Cotidiano

Papa condena agravamento da fome mundial na pandemia

Redação DM

Publicado em 16 de junho de 2021 às 13:57 | Atualizado há 5 anos

A pandemia provocada pelo Coronavírus agravou a questão da fome em todo o mundo. No Brasil, aparentemente diferenciado pelas safras recordes de grãos, o problema tem a gravidade demonstrada no meio urbano e rural. O Papa Francisco levantou o quadro em mensagem enviada ao ministro polonês do Clima e Ambiente, Michał Kurtyka, segunda-feira, que presidiu os trabalhos da 42ª sessão da Conferência do Fundo das Nações Unidas para a Alimentação e a Agricultura (FAO), programada em modo virtual até 18 de junho.

Em Goiânia, em reunião de diretoria, a Acieg pediu a atenção da sociedade para o amparo às pessoas carentes. Nos templos religiosos e similares do ponto de vista social, há doações crescentes. Mas, todos sabem que não atende a todos. Há milhões de desempregados ou subempregados com a geladeira vazia, passando necessidades juntos com a família, inclusive crianças.

No Brasil, segundo o Cepea, o bom desempenho da agricultura no primeiro trimestre de 2021 elevou o número da população ocupada no segmento primário (“dentro da porteira”) frente ao mesmo período de 2020.

Inclusive, dentre os quatro segmentos (insumos, primário, agroindústria e agrosserviços), o primário foi o único a apresentar aumento na geração de empregos na comparação entre o primeiro trimestre de 2021 e o mesmo período de 2020, de 4,1%. Segundo pesquisadores do Centro de Estudos Avançados em Economia Aplicada, da Esalq/USP, o aumento das ocupações se concentrou nas atividades da agricultura, com destaque para a horticultura, cereais, soja e o grupo de “outras lavouras”.

Segundo o Vatican News, porta-voz do Vaticano, a pandemia é a espinha dorsal da reflexão de Francisco. Após décadas de conquistas que infelizmente veem as pessoas não terem “ainda acesso aos alimentos de que necessitam, nem em quantidade nem em qualidade”, e depois que o número de pessoas “em risco de insegurança alimentar aguda” atingiu o máximo em 2020, a crise global desencadeada pela Covid é uma janela de oportunidade para mudar certos modelos.

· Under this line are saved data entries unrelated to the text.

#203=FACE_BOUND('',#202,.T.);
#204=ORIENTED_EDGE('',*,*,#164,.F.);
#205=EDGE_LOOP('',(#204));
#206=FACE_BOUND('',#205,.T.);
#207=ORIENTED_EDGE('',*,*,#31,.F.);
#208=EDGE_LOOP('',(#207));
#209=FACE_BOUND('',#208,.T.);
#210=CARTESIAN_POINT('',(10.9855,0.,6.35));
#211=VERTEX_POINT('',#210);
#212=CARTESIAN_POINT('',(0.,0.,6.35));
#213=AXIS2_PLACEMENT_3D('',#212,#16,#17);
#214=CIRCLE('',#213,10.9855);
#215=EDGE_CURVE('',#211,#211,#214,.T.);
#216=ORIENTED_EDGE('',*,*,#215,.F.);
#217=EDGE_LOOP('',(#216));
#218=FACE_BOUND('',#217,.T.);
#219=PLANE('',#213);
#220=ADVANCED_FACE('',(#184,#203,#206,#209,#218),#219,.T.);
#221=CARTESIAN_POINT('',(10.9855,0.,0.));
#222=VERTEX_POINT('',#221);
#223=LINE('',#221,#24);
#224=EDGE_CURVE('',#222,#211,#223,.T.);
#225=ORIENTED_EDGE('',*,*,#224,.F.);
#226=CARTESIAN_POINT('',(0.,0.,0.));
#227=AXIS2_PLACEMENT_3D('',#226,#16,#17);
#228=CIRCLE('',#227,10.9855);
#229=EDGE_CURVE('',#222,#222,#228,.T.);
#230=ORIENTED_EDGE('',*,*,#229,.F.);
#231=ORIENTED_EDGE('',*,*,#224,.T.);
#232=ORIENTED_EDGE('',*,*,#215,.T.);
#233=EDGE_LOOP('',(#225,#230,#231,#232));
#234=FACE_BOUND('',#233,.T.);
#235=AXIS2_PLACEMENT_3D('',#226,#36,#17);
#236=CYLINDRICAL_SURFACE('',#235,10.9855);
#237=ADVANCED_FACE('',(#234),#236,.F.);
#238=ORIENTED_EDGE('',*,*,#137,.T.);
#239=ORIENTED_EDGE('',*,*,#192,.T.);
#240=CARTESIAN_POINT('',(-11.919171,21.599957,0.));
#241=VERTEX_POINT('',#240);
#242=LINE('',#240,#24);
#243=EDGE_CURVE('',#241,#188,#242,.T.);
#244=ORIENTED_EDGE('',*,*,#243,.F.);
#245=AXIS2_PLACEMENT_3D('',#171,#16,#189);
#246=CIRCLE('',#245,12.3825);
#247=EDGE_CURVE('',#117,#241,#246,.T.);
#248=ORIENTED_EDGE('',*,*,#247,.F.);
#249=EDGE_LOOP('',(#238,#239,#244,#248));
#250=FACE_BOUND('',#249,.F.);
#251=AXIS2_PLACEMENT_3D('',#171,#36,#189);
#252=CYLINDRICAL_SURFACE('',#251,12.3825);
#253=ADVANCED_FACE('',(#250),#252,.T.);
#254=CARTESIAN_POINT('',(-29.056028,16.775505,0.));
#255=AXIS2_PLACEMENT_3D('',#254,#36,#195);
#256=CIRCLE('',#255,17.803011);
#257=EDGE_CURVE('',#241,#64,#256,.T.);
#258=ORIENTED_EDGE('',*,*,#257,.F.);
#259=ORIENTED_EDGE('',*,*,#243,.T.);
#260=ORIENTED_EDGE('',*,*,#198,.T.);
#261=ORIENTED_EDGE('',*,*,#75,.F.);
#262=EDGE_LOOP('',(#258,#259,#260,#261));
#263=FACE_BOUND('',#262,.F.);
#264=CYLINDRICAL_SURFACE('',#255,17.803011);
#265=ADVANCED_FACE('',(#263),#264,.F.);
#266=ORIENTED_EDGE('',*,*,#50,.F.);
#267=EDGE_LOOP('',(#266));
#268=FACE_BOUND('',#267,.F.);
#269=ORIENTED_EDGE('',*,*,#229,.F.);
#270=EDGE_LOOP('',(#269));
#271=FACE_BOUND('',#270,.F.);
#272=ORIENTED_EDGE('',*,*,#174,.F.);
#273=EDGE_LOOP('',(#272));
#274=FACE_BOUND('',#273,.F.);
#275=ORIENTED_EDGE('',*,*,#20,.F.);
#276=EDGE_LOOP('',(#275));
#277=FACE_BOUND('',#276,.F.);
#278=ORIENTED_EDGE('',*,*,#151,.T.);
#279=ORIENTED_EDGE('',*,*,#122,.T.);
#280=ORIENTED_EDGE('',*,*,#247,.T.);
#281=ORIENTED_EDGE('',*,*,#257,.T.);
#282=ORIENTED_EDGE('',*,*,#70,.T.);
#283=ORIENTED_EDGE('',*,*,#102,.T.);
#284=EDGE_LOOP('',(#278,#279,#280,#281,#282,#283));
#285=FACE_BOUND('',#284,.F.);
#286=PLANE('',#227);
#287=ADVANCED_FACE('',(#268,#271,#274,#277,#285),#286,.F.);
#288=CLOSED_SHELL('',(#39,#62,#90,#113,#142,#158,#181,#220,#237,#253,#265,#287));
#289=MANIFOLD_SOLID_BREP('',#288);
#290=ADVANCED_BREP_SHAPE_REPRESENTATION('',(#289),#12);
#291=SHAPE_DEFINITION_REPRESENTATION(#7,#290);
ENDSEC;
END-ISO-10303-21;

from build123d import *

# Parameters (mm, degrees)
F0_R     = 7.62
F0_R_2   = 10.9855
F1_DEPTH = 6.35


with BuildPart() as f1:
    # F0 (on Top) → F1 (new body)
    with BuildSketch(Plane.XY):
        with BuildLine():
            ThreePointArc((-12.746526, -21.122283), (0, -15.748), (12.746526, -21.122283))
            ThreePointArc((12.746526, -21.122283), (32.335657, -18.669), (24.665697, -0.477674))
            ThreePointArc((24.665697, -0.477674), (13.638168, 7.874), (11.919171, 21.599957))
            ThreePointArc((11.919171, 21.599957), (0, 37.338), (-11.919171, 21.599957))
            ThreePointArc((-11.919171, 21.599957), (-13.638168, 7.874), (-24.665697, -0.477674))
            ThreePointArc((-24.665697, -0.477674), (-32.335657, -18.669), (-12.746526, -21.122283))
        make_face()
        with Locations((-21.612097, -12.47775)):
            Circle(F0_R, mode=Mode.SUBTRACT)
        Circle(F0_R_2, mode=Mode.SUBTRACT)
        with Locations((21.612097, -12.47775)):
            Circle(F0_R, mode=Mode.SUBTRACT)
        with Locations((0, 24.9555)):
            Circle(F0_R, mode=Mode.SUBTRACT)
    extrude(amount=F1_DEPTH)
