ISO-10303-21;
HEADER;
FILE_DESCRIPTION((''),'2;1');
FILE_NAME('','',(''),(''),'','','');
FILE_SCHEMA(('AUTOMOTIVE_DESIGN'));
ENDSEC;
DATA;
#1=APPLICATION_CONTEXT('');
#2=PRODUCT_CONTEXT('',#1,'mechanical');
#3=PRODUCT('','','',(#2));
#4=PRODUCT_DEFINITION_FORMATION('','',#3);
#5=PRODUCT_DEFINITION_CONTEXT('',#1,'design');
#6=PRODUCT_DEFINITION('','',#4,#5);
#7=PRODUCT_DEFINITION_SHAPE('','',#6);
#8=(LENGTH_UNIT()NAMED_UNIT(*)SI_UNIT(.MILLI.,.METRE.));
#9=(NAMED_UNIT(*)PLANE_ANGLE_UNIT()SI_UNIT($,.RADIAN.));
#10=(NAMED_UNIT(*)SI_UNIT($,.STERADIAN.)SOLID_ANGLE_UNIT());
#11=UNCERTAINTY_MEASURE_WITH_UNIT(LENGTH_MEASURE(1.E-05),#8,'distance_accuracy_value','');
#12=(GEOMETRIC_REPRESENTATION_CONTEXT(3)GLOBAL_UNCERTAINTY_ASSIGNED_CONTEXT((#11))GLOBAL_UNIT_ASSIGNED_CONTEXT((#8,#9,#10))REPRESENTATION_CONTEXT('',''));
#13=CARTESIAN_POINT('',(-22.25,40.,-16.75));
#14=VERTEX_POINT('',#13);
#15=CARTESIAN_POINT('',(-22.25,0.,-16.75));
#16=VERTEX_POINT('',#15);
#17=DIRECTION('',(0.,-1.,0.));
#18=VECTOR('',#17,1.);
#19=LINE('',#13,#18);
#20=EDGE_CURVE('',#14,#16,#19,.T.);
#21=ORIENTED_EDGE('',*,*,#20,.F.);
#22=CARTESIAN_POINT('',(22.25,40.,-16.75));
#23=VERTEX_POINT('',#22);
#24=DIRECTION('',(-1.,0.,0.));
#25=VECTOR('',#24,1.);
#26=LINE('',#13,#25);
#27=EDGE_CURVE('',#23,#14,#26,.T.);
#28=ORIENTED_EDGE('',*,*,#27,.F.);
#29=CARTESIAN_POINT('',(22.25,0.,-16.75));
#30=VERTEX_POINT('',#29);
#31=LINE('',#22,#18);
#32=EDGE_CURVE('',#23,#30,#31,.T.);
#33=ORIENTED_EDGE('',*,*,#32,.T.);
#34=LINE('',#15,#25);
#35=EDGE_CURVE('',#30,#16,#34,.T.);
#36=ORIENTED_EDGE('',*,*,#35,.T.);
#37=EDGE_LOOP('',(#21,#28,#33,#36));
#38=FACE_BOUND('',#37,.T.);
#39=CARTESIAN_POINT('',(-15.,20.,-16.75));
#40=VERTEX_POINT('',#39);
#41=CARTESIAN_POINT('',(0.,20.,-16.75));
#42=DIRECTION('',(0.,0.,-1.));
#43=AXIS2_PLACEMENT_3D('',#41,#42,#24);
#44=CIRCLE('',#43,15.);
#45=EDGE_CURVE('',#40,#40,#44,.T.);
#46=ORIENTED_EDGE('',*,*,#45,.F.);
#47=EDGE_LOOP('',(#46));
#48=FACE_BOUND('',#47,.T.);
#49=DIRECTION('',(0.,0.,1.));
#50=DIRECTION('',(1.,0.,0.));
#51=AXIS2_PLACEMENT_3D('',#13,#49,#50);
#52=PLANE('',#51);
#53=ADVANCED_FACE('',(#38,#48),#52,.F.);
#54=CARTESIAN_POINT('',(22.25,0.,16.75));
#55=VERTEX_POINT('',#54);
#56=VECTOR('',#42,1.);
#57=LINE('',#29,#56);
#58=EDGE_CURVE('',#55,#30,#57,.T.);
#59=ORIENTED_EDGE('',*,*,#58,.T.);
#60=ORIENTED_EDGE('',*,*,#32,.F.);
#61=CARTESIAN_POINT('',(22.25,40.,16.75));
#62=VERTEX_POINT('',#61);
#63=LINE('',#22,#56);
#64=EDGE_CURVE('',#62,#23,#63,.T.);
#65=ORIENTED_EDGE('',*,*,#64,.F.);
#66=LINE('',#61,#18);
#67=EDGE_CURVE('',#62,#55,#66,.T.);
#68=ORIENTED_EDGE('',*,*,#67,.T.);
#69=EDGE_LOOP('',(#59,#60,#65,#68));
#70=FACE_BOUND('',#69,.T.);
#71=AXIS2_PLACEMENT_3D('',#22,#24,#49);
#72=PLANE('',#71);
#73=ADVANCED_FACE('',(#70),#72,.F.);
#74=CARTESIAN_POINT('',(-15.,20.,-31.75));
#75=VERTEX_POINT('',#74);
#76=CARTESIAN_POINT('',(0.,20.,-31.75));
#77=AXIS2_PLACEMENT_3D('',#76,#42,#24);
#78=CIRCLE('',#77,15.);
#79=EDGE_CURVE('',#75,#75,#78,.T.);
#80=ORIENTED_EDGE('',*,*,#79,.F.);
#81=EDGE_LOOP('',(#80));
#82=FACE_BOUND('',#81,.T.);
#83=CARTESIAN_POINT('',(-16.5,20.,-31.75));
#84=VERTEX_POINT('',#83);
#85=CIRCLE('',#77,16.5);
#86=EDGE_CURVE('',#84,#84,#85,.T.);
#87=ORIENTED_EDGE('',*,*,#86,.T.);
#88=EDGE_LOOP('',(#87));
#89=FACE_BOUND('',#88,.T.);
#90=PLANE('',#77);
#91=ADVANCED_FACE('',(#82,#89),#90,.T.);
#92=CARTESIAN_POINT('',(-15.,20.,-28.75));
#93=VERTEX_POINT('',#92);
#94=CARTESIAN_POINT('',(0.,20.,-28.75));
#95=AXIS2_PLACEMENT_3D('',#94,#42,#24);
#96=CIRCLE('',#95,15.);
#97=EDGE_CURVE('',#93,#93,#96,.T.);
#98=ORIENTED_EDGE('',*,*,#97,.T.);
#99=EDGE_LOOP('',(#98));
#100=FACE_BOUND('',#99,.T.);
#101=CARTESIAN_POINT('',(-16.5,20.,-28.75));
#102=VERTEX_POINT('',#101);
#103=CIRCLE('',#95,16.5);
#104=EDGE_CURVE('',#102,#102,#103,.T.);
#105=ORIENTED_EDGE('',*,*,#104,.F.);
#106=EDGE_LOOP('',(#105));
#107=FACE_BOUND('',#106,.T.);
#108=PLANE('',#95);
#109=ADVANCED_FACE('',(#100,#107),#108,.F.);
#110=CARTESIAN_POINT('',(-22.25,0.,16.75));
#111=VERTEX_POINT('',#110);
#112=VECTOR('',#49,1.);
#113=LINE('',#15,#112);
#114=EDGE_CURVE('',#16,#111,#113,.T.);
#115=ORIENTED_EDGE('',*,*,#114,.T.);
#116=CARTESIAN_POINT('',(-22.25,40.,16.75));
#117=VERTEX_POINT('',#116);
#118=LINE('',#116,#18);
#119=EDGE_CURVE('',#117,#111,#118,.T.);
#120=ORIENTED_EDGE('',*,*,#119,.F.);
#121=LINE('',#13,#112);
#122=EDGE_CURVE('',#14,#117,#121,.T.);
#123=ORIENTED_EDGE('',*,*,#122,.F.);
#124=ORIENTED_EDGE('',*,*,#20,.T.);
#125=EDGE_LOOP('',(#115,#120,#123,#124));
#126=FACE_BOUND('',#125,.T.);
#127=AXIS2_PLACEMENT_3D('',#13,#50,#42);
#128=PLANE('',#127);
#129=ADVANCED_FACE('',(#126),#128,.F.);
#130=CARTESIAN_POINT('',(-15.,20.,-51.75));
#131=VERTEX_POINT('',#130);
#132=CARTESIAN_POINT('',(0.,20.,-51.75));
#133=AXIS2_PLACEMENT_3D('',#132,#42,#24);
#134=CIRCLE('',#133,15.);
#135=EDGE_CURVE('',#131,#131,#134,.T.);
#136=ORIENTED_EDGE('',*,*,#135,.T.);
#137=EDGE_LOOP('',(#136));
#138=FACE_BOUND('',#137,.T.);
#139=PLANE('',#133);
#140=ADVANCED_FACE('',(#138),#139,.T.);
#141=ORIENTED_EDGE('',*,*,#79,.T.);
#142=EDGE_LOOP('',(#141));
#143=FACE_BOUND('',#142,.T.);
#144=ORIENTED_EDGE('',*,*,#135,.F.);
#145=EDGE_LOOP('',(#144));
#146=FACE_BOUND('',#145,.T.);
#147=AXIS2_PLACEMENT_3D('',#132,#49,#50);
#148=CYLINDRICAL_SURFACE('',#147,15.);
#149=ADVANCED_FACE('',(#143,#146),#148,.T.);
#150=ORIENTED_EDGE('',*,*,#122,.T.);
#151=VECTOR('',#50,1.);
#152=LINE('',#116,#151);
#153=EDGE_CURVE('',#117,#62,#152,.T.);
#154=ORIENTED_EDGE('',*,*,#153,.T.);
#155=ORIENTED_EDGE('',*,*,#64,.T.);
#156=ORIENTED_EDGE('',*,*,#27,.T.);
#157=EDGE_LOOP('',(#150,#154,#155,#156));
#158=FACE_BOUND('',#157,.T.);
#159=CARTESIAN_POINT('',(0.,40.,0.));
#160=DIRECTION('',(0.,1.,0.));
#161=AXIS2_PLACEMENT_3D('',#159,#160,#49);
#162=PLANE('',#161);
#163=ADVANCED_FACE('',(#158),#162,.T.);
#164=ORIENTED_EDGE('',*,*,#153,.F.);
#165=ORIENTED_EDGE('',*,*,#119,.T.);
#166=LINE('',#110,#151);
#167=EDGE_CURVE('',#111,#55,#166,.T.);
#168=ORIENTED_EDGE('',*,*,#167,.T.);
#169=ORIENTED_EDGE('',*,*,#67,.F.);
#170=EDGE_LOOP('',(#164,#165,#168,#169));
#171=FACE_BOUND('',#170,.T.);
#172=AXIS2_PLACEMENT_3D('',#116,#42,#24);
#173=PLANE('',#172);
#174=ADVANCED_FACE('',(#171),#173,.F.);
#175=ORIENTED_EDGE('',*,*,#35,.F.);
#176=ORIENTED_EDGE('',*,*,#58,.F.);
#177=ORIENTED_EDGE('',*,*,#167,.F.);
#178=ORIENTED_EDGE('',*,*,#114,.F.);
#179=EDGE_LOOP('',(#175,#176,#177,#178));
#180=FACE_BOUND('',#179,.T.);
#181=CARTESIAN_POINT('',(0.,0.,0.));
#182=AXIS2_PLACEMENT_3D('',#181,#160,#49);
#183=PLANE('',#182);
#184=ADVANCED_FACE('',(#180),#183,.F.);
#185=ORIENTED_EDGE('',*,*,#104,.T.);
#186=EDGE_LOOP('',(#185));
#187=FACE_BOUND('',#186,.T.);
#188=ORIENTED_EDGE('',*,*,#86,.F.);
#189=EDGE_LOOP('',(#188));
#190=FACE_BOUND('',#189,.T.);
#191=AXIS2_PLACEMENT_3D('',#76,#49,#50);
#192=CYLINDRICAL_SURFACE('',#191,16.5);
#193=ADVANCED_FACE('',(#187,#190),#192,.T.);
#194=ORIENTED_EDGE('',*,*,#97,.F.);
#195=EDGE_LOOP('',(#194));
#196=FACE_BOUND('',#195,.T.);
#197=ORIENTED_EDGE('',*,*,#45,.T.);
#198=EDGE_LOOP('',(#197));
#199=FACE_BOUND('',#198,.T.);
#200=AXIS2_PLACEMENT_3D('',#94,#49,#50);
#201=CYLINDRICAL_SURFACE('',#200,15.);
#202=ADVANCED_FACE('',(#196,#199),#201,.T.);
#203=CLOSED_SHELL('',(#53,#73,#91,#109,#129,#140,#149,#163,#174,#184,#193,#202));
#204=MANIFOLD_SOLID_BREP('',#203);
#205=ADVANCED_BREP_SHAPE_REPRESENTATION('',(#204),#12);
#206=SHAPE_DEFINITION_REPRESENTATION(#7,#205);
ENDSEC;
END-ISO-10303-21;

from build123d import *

# Parameters (mm, degrees)
SKETCH_1_W      = 44.5
SKETCH_1_H      = 33.5
EXTRUDE_1_DEPTH = 40
SKETCH_2_R      = 15
EXTRUDE_2_DEPTH = 12
SKETCH_3_R      = 16.5
EXTRUDE_3_DEPTH = 3
SKETCH_4_R      = 15
EXTRUDE_4_DEPTH = 20


with BuildPart() as part:
    # 草图1 → 凸台-拉伸1 (new body)
    with BuildSketch(Plane(origin=(0, 0, 0), x_dir=(1, 0, 0), z_dir=(0, 1, 0))):
        Rectangle(SKETCH_1_W, SKETCH_1_H)
    extrude(amount=EXTRUDE_1_DEPTH)

    # 草图2 → 凸台-拉伸2 (add)
    with BuildSketch(Plane(origin=(0, 0, -16.75), x_dir=(-1, 0, 0), z_dir=(0, 0, -1))):
        with Locations((0, 20)):
            Circle(SKETCH_2_R)
    extrude(amount=EXTRUDE_2_DEPTH)

    # 草图3 → 凸台-拉伸3 (add)
    with BuildSketch(Plane(origin=(0, 0, -28.75), x_dir=(-1, 0, 0), z_dir=(0, 0, -1))):
        with Locations((0, 20)):
            Circle(SKETCH_3_R)
    extrude(amount=EXTRUDE_3_DEPTH)

    # 草图4 → 凸台-拉伸4 (add)
    with BuildSketch(Plane(origin=(0, 0, -31.75), x_dir=(-1, 0, 0), z_dir=(0, 0, -1))):
        with Locations((0, 20)):
            Circle(SKETCH_4_R)
    extrude(amount=EXTRUDE_4_DEPTH)


solid = part.part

“Como este quadro pode piorar no futuro para milhões de pessoas”, escreve o Papa, devido, além da Covid, a “conflitos, eventos climáticos extremos e crises econômicas”, eis que “o desenvolvimento de uma economia circular, que garante recursos para todos, incluindo as gerações futuras, e promove o uso de energias renováveis, é vantajoso”.

Sistema alimentar global
Para o Papa a questão principal está em redesenhar “uma economia em escala humana, não apenas sujeita ao lucro, mas ancorada no bem comum, amiga da ética e respeitadora do meio ambiente”. A pandemia deveria ensinar isso: a “inverter a rota seguida até agora”, investindo “num sistema alimentar global capaz de resistir a crises futuras”, afirma.

Segundo o pontífice, isso inclui “a promoção de uma agricultura sustentável e diversificada” que leva em conta “o papel precioso da agricultura familiar e das comunidades rurais”.

Francisco observa que são “exatamente aqueles que produzem alimentos que sofrem com a falta ou escassez de alimentos, aqueles três quartos dos pobres do mundo que dependem principalmente da agricultura para seu sustento que, no entanto, estão isolados dos mercados, da propriedade da terra, dos recursos financeiros, das infra-estruturas e das tecnologias”.